Donald Trump a annoncé lundi un report de cinq jours des frappes militaires prévues contre près de 400 centrales électriques et sites énergétiques iraniens. Le président américain met en avant des avancées diplomatiques qu’il juge « très bonnes et productives », alors que l’ultimatum de 48 heures lancé à Téhéran arrivait à échéance. L’Iran dément toute négociation et menace d’élargir sa riposte dans le Golfe persique.
Report de cinq jours des frappes
Donald Trump a suspendu pour cinq jours les frappes prévues contre environ 400 centrales électriques et sites énergétiques iraniens, en invoquant des discussions diplomatiques jugées productives.
Téhéran nie toute négociation
Les agences Fars et Tasnim affirment qu’aucun échange, direct ou indirect, n’est en cours avec Washington, en contradiction avec les déclarations du président américain.
Menaces autour du détroit d’Ormuz
Washington exige la réouverture complète du détroit d’Ormuz, tandis que l’Iran menace de miner les routes maritimes du Golfe persique et d’élargir ses frappes en cas d’attaque.
Witkoff et Kushner au centre des contacts
Selon Donald Trump, Steve Witkoff et Jared Kushner ont conduit les discussions dimanche et d’autres échanges téléphoniques devaient suivre lundi avant une rencontre directe.
Chute immédiate du Brent
Après l’annonce du report, le prix du Brent a reculé de 108 à 96 dollars le baril en quelques minutes, avant un rebond partiel.
Le président américain Donald Trump a annoncé lundi un report de cinq jours des frappes militaires prévues contre environ 400 centrales électriques iraniennes et autres installations de l’infrastructure énergétique du pays. Il a justifié cette décision par des progrès dans des discussions diplomatiques qu’il a qualifiées de « très bonnes et productives ». Donald Trump a fait cette annonce sur sa plateforme Truth Social, puis l’a détaillée devant des journalistes à l’aéroport de Palm Beach avant son départ pour Memphis, ainsi que lors d’entretiens téléphoniques distincts accordés à Fox Business et CNBC. Ce report est intervenu environ une demi-journée avant l’expiration d’un ultimatum de 48 heures, lancé samedi par Donald Trump, exigeant de l’Iran qu’il rouvre totalement le détroit d’Ormuz au trafic maritime international sous peine de voir son réseau énergétique détruit. Donald Trump a déclaré aux journalistes qu’il misait sur l’issue favorable des discussions, sans toutefois garantir de résultat, et il a averti que les bombardements reprendraient si aucun accord n’était conclu.

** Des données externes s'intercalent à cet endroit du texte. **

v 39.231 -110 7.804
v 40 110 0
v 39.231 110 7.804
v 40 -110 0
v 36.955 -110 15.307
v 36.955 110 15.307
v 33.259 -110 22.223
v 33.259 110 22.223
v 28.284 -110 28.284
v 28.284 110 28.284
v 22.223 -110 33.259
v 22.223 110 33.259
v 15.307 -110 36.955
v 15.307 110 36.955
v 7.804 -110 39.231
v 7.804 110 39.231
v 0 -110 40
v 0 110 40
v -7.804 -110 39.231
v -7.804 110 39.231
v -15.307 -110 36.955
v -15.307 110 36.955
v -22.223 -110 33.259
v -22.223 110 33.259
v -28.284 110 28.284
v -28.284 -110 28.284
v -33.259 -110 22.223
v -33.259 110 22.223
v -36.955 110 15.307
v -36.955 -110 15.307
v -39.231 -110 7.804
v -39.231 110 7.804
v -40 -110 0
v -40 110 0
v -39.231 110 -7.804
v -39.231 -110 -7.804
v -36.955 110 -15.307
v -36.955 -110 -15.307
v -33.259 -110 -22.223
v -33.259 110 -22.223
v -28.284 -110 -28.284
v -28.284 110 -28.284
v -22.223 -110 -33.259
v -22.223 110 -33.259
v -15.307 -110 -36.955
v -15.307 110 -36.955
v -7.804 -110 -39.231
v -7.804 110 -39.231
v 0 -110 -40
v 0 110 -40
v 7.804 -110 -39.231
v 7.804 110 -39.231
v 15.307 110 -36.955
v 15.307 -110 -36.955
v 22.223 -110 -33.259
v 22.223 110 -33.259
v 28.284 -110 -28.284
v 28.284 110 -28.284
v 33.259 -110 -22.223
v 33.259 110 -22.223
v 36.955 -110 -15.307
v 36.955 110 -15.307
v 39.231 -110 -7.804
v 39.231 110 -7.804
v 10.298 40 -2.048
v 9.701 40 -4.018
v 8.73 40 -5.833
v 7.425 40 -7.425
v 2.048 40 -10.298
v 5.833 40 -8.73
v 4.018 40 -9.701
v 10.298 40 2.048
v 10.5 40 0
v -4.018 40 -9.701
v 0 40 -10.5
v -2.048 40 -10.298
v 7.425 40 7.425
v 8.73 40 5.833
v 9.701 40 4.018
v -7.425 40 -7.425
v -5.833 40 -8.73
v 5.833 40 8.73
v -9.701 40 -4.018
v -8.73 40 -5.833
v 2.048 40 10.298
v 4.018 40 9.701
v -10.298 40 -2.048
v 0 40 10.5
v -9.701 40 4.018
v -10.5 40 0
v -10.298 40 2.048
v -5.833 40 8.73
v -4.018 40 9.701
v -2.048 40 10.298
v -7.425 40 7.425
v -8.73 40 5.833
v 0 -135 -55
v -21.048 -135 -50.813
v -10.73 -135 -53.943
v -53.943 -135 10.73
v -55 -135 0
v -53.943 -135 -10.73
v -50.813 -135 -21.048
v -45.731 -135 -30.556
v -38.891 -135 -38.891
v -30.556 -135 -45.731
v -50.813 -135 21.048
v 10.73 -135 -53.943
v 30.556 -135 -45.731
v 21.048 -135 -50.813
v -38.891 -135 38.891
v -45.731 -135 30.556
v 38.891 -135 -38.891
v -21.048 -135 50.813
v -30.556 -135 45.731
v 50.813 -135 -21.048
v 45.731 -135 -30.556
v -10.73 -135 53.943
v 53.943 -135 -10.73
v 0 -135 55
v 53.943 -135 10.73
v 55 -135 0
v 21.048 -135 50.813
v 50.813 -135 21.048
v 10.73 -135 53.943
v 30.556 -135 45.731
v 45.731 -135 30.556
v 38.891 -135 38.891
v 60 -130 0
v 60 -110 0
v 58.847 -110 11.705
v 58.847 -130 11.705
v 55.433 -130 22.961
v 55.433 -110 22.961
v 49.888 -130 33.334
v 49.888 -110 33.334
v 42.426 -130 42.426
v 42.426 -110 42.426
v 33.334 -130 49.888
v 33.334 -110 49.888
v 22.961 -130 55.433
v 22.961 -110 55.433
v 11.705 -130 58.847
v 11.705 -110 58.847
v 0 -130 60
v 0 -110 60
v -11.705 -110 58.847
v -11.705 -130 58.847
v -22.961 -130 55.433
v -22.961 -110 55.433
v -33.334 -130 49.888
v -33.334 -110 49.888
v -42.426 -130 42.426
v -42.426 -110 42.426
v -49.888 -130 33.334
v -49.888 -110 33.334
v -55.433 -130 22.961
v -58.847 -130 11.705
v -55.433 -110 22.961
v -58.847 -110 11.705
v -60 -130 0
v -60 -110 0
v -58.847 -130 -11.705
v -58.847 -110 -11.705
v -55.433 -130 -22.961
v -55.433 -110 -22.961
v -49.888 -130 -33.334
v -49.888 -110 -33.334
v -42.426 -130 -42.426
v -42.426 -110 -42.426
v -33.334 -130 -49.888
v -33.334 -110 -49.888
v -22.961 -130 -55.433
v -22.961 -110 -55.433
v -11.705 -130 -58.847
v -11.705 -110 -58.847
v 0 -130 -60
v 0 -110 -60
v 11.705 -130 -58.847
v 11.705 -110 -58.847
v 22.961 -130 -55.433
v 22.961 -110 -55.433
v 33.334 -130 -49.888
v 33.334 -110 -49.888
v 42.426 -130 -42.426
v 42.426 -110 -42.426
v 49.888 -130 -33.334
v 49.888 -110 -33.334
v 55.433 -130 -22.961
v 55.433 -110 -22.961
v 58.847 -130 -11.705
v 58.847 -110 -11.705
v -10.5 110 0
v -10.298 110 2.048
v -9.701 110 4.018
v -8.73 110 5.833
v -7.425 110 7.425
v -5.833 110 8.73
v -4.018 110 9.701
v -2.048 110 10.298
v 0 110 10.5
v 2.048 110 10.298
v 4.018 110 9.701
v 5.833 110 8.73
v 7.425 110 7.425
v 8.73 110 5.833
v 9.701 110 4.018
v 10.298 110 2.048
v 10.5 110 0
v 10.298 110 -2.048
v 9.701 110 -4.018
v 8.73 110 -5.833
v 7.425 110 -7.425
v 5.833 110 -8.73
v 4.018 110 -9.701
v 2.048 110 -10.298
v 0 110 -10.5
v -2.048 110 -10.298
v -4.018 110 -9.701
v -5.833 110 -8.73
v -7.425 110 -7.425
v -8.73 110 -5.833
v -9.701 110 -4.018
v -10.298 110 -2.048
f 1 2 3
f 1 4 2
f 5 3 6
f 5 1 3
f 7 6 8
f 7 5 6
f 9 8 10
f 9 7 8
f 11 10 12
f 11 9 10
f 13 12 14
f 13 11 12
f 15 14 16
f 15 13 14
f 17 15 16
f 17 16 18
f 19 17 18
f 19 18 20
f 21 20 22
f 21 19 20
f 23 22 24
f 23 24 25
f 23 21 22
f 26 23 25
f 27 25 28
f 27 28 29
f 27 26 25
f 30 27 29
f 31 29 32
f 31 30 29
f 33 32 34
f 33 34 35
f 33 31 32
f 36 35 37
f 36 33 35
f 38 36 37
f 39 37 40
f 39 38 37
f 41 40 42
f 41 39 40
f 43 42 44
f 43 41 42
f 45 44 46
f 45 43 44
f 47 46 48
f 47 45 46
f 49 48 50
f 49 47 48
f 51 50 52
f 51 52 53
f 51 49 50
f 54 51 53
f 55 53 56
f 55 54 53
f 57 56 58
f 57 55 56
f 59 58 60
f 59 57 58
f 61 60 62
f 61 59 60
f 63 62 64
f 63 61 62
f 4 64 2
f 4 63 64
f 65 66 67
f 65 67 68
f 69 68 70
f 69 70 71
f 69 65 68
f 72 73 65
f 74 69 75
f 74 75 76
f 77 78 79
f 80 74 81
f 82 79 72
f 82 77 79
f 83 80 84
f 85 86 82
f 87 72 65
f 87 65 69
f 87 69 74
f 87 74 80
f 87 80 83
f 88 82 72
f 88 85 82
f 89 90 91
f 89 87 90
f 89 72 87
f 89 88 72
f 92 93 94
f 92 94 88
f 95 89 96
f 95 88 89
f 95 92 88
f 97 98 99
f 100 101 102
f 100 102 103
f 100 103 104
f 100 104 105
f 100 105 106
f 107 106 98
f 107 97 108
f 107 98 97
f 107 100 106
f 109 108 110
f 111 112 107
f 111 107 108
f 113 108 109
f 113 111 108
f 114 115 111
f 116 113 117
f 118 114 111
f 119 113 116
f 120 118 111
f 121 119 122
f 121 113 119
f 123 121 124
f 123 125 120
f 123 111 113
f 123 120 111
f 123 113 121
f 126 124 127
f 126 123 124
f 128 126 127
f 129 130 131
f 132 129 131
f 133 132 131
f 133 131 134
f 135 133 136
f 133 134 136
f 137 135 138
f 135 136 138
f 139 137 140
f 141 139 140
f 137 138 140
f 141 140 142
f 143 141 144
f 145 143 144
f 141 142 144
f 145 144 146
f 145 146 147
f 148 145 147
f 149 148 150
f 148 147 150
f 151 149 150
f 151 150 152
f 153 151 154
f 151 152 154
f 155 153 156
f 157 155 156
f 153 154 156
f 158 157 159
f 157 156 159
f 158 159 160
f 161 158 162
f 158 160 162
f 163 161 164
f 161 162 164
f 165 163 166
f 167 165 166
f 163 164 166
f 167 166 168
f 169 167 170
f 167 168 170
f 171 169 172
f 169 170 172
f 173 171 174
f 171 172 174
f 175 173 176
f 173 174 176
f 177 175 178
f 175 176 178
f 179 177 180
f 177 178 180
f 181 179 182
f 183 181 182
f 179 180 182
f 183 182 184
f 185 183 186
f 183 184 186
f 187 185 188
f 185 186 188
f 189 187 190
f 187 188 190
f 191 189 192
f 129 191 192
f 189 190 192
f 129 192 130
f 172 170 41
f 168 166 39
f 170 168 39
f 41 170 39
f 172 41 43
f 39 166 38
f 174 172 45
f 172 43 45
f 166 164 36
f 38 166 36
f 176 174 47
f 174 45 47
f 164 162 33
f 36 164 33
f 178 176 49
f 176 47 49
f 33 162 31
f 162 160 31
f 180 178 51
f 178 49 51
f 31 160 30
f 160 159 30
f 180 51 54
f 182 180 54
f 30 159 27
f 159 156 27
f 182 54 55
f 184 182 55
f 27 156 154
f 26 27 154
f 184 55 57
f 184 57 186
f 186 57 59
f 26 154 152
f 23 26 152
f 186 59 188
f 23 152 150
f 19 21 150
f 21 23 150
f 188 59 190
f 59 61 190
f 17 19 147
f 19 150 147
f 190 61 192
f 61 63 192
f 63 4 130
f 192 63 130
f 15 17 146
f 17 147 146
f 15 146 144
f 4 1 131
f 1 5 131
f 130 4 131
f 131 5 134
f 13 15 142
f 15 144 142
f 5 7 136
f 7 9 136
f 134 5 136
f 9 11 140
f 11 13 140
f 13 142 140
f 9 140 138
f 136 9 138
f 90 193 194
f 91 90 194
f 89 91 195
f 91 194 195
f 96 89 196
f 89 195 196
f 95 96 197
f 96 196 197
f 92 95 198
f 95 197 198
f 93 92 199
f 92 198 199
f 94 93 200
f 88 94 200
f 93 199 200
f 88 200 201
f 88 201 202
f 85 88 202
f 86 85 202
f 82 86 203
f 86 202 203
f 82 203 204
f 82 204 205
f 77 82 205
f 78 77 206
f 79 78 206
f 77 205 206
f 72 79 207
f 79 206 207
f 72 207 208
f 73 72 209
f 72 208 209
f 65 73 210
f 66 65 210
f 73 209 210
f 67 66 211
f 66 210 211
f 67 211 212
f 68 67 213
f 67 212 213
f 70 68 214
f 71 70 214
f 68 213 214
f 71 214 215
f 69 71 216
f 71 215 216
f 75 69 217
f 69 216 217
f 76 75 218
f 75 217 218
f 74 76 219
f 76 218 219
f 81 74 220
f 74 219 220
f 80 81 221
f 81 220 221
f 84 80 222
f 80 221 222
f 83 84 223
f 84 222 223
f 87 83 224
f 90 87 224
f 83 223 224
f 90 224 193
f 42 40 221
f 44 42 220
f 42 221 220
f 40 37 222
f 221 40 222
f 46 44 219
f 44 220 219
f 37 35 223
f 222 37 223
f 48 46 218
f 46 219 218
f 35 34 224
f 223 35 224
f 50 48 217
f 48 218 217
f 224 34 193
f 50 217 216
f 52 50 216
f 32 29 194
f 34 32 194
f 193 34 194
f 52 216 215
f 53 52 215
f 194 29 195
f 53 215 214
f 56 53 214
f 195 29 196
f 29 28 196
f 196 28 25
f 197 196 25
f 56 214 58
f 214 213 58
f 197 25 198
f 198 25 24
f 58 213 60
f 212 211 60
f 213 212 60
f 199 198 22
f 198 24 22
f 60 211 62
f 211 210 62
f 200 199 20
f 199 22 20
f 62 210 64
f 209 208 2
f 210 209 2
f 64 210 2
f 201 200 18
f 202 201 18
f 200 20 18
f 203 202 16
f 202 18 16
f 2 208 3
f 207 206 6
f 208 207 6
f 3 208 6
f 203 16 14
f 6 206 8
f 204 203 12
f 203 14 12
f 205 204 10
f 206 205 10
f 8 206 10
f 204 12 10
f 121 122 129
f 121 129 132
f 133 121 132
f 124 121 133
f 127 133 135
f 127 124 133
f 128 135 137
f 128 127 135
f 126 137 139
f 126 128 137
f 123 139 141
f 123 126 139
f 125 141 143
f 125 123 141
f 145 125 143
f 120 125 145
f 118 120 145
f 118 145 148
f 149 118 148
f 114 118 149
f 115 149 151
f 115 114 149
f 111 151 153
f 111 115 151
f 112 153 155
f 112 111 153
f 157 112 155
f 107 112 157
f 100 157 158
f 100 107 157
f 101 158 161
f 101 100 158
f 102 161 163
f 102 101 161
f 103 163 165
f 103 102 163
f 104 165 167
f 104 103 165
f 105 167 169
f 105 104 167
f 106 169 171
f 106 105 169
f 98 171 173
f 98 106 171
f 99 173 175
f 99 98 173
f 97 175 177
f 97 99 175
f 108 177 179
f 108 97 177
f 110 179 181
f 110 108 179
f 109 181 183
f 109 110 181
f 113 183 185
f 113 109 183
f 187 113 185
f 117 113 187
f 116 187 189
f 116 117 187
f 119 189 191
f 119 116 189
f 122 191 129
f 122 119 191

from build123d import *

# Parameters (mm, degrees)
F0_R     = 40
F1_DEPTH = 110
F2_R     = 60
F3_DEPTH = 25
F4_SIZE  = 5
F5_R     = 10.5
F6_DEPTH = 70


with BuildPart() as f1:
    # F0 (on Front) → F1 (new body, symmetric)
    with BuildSketch(Plane.XZ):
        Circle(F0_R)
    extrude(amount=F1_DEPTH, both=True)

    # F2 (on face) → F3 (join)
    with BuildSketch(Plane.XZ.offset(110)):
        Circle(F2_R)
    extrude(amount=F3_DEPTH)

    # F4
    f4_edges = [f1.edges().sort_by_distance(p)[0] for p in [
        (-60, -135, 0),
    ]]
    chamfer(f4_edges, length=F4_SIZE)

    # F5 (on face) → F6 (cut)
    with BuildSketch(Plane(origin=(0, 110, 0), x_dir=(-1, 0, 0), z_dir=(0, 1, 0))):
        Circle(F5_R)
    extrude(amount=-F6_DEPTH, mode=Mode.SUBTRACT)


solid = f1.part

Selon Trump, Witkoff et Kushner ont mené les discussions de dimanche Donald Trump a indiqué que les négociations avaient été conduites dimanche par l’envoyé spécial Steve Witkoff et son gendre Jared Kushner, et que de nouveaux échanges téléphoniques étaient prévus lundi avant une rencontre directe à brève échéance. „They are being conducted by Mr. Witkoff and Mr. Kushner. They went, I would say, perfectly. I would say that if they carry this out, they will end this problem, this conflict and I think they will end it very, very significantly.” (Elles sont menées par M. Witkoff et M. Kushner. Cela s’est passé, je dirais, parfaitement. Je dirais que s’ils y parviennent, ils mettront fin à ce problème, à ce conflit, et je pense qu’ils y mettront fin de manière très, très significative.) — Donald Trump via wnp.pl Donald Trump a refusé d’identifier le négociateur iranien, se contentant de décrire son interlocuteur comme une « personnalité de tout premier plan » et en précisant explicitement qu’il ne s’agissait pas du nouveau guide suprême iranien, Mojtaba Khamenei. Le président américain a dit ne pas connaître avec certitude la situation de Mojtaba Khamenei, ajoutant que les États-Unis ne savaient même pas s’il était encore en vie, tout en précisant qu’il ne souhaitait pas qu’il soit tué. Selon Donald Trump, les exigences américaines comprennent un enrichissement zéro de l’uranium, l’élimination des stocks d’uranium enrichi — qu’il a décrits comme de la « poussière nucléaire » — ainsi qu’un futur dispositif de contrôle conjoint américano-iranien du détroit d’Ormuz. Donald Trump a aussi présenté la situation en Iran comme un « changement de régime automatique », en relevant que de nombreuses figures de l’ancienne direction avaient été tuées.
La campagne militaire américano-israélienne contre l’Iran, baptisée opération Epic Fury, a commencé le 28 février 2026. Ali Khamenei, qui était guide suprême de l’Iran depuis 1989, a été tué lors des frappes initiales. Son fils Mojtaba Khamenei a été nommé troisième guide suprême de l’Iran en mars 2026. L’Iran avait bloqué le détroit d’Ormuz dans les premiers jours du conflit, interrompant la navigation sur cette voie maritime par laquelle transitait auparavant, selon les articles cités, environ un cinquième du pétrole brut mondial et du gaz liquéfié.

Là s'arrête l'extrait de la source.